Grooming costs seems to vary from place to place, so I'm interested in hearing what the range is. In your post, be sure to identify what size your poodle is! Penny is going in for her first grooming next week, and I'm not sure what the final cost will be. She's 4 months old and 14 pounds, so she might be comparable to a mini...but since she a squirmy puppy I wouldn't be surprised if I'll have to pay a little more


----------



## antiseabearcircle (Mar 2, 2015)

My guy is still pretty young, so my grooming costs are relatively low. He's a standard, but is groomed at the mini price of $35.50. That includes bath, brush, FFT, body trimming, nails and ears. Once he gets bigger though, I'll be paying around $80 for each groom.


----------



## N2Mischief (Dec 3, 2012)

Where I live a toy is about $40, and miniature $50 and a standard $90, these would be base price. Lamb cuts, hard to handle, matted, etc. would be more.


----------



## MollyMuiMa (Oct 13, 2012)

Molly is a mini.
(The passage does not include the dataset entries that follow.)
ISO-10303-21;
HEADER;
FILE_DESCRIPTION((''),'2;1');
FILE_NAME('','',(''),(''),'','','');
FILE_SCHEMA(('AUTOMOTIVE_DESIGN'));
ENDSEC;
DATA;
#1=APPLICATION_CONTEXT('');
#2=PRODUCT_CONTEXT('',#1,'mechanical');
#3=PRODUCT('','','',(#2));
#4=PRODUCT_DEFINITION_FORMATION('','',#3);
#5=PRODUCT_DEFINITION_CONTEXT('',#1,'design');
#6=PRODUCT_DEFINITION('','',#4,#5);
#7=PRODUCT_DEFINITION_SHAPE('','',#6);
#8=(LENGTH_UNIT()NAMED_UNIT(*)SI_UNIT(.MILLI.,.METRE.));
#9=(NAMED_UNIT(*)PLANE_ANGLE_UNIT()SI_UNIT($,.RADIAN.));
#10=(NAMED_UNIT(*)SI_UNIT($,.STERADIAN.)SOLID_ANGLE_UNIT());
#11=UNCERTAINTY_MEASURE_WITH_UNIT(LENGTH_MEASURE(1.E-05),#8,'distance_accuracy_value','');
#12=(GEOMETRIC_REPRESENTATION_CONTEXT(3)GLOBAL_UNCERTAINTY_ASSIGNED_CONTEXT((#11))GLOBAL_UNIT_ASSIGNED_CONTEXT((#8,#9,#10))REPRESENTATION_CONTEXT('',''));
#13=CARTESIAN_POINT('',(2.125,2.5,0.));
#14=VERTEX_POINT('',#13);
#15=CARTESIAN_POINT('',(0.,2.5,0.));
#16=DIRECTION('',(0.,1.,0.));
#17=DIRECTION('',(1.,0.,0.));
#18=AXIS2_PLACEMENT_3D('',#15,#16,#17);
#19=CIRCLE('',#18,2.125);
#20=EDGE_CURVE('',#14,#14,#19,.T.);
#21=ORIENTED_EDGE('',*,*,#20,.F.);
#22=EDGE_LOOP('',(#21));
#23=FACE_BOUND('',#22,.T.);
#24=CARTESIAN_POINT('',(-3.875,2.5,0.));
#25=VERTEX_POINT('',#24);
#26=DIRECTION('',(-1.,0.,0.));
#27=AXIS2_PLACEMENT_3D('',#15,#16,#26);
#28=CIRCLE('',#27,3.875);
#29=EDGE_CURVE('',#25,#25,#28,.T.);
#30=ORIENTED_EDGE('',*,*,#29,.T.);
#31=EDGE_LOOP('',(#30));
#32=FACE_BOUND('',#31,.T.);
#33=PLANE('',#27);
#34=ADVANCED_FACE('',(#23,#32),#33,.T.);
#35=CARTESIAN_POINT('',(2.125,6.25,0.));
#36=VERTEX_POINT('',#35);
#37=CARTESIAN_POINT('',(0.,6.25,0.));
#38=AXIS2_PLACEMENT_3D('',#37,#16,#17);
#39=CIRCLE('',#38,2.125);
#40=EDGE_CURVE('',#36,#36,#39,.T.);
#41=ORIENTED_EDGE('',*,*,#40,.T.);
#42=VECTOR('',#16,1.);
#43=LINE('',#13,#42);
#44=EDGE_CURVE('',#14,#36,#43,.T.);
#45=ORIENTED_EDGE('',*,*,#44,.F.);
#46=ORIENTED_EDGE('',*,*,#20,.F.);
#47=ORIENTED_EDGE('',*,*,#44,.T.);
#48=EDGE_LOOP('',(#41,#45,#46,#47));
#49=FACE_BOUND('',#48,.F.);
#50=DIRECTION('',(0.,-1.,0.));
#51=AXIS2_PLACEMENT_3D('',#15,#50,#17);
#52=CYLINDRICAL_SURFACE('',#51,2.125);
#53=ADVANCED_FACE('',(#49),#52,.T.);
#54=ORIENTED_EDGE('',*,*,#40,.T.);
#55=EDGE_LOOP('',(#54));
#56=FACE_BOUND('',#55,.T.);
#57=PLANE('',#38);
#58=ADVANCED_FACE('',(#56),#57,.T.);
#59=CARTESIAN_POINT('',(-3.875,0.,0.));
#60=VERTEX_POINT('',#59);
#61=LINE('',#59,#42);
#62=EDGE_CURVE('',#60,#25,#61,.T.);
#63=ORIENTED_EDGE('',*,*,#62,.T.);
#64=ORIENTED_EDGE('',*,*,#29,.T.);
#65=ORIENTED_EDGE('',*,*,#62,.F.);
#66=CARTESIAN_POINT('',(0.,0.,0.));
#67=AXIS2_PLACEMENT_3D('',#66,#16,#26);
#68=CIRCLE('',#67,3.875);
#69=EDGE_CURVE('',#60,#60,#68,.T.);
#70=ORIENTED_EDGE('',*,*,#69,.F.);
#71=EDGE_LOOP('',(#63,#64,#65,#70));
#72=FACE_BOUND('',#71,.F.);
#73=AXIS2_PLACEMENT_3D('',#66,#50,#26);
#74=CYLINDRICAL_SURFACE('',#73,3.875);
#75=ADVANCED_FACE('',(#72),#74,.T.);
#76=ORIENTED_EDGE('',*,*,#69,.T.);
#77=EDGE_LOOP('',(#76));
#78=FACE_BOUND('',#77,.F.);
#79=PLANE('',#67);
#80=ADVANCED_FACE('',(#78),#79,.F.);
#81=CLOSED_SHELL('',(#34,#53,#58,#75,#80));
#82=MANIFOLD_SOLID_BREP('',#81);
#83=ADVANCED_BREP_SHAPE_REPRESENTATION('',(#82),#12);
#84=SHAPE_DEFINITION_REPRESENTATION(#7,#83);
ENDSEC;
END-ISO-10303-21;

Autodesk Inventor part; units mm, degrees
ref_plane "YZ Plane" through (0, 0, 0) normal (1, 0, 0) x (0, 1, 0)
ref_plane "XZ Plane" through (0, 0, 0) normal (0, 1, 0) x (-1, 0, 0)
ref_plane "XY Plane" through (0, 0, 0) normal (0, 0, 1) x (1, 0, 0)
sketch "Sketch1" plane through (0, 0, 0) normal (0, 1, 0) x (-1, 0, 0)
  circle A0 centre (0, 0) radius 3.875
  dimension "d0" = 7.75
extrude "Extrusion1" add sketch "Sketch1" along normal blind 2.5
sketch "Sketch2" plane through (0, 2.5, 0) normal (0, 1, 0) x (1, 0, 0)
  circle A0 centre (0, 0) radius 2.125
  dimension "d4" = 4.25
extrude "Extrusion2" add sketch "Sketch2" along normal blind 3.75
properties part number "NUC_mount_screw"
I pay $85. 00 + tip but that's because she has a lot of hand scissoring done.(It's an art in itself!) A basic 'pet clip' for a mini here, is usually around $45.-$60. Finding a groomer who can scissor a 'soft coat' without it looking 'choppy' is hard,so I'm glad I found her!


----------



## JudyD (Feb 3, 2013)

I had both my standards groomed this week. They're between 50 and 55 pounds, about 24-25 inches at the shoulder. Jazz is in a Miami, Blue is short all over except for his ears, which are quite full. For a complete grooming, I paid $65 each, plus a tip. The dogs go every four weeks, alternating FFT and full grooms. The FFT is $52.50 for each one.


----------



## PoodleFoster (May 25, 2013)

service_spoo said:


> Grooming costs seems to vary from place to place, so I'm interested in hearing what the range is. In your post, be sure to identify what size your poodle is!
> 
> Hello
> I am not a professional. I am self taught.
> ...


----------



## LEUllman (Feb 1, 2010)

I pay $50 plus tip to have our oversized mini boy, Beau, groomed by an experienced poodle specialist, who just happens to live 10 minutes away. We've been going to her every three weeks for almost five years, though. I suspect new clients might pay more -- assuming they can get an appointment. She is booked months in advance!


----------



## maddogdodge (May 29, 2015)

Probably the average grooming prices around here would be $55 for toy poodle - $65 for Mini Poodle and $75 for a Standard Poodle - $10 extra for matted or difficult dogs.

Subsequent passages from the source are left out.